Hi @Nicholas_Bokulich, thanks for that suggestion, I did have a look but it seems the LSU RefSeqs are only for fungi and I am looking for eukaryotes really (parasites in snails) but would also like to include fungi and bacteria just incase. Thank you both for all your help with this, I am happy to wait and work on other things for now.

Best
Anya

SoilRotifer · April 7, 2021, 1:38pm

In that case, why not use the LSU from SILVA? See here:

You can use qiime rescript get-silva-data to download the latest v138.1 LSU database. Just set --p-version 138.1 and --p-target LSURef_NR99 or --p-target LSURef.
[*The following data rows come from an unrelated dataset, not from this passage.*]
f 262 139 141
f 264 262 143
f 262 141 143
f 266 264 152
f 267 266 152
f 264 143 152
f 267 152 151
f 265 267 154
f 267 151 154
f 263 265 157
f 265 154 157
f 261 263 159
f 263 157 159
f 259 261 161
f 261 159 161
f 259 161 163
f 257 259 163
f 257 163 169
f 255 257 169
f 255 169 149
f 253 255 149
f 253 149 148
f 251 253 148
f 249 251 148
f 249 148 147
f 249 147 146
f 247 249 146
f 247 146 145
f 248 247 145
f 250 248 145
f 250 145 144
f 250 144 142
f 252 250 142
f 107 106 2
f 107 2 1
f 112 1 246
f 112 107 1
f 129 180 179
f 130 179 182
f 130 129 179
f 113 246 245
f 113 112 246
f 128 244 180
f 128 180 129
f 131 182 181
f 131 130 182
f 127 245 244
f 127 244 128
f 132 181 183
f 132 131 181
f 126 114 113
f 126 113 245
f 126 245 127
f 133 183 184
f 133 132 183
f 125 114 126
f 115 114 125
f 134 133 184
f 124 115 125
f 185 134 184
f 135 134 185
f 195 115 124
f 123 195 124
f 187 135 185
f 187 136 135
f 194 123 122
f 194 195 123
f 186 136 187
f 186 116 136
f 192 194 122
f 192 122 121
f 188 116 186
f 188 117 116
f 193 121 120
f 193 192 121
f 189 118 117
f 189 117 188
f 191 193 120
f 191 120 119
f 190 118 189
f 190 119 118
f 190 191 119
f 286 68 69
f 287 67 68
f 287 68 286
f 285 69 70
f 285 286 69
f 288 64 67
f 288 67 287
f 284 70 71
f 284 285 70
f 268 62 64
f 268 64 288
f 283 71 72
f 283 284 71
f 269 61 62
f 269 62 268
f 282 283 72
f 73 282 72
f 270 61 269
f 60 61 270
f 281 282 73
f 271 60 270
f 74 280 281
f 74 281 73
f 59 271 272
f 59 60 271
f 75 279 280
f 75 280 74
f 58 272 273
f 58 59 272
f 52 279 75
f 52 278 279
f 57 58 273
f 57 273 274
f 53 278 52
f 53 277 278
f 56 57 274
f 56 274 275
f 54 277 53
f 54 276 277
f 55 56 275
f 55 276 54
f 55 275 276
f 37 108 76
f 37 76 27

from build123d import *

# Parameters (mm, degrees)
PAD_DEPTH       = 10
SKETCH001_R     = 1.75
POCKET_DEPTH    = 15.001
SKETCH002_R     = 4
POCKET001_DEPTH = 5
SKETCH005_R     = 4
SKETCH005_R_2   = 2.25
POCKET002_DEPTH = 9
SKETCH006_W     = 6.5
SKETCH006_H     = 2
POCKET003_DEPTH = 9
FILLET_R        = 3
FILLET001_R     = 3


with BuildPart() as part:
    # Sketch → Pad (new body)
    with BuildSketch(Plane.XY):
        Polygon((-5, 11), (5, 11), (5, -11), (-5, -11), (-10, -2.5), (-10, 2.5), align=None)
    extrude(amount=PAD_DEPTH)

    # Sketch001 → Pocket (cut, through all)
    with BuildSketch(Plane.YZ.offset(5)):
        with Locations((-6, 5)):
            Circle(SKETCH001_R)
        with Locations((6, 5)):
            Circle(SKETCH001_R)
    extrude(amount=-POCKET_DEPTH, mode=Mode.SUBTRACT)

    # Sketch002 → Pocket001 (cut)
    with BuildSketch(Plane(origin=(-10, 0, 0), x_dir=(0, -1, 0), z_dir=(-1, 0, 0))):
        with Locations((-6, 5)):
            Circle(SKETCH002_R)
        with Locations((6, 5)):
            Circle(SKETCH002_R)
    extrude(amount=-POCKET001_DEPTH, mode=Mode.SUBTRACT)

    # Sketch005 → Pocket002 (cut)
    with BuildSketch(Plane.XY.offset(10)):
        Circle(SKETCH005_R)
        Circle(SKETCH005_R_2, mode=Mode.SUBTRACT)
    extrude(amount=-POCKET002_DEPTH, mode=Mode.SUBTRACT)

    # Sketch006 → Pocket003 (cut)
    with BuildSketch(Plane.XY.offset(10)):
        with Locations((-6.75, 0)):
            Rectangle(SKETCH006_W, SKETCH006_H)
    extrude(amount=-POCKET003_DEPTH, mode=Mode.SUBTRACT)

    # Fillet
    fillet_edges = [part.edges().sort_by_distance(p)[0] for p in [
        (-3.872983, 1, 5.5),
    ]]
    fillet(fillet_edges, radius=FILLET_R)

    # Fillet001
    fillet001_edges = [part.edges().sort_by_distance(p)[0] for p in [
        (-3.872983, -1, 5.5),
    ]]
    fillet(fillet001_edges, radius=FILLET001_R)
You can follow along the in the above linked tutorial to perform further filtering and curation of the reference database.

avtober · April 7, 2021, 5:13pm

Hi @SoilRotifer, I have already tried the SILVA LSU NR99 and full database which did work, however both databases do not have all the parasite species that I am looking for. The NCBI database has a lot more parasite sequences for 28S. If I cannot get the whole NCBI database my other thought was to just supplement the SILVA databases with some of the parasite sequences from NCBI.

I am not sure exactly how to do this yet, I guess I would just download the individual sequences and copy them into the SILVA database. Is there a tutorial on this somewhere?

Best
Anya

SoilRotifer · April 7, 2021, 5:25pm

Add all of your sequences into a single FASTA file, and the associated taxonomy into another file. Then, you can simply import your sequence and taxonomy data into QIIME then merge these with the SILVA LSU qza files as you would have done when downloading separate chunks of data from genbank:

-Mike

Nicholas_Bokulich · April 7, 2021, 6:17pm

It's a good thought, but you would need to make sure that the taxonomies align (e.g., use the same lineage names and conventions). If it's a matter of adding a few species, it is probably not a big deal to manually do this. But it will be challenging if you have a large number... if so, it will probably be better (less time/effort!) to wait than to manually stitch these together.

Hopefully @BenKaehler will be able to track down why NCBI is hanging up in this case.

BenKaehler · April 8, 2021, 8:16am

Hi everyone, sorry for the slow turnaround on this one.

I have tweaked get-ncbi-data so that it now accommodates the NCBI weirdness that you found.

Once this PR is merged you should be good to go.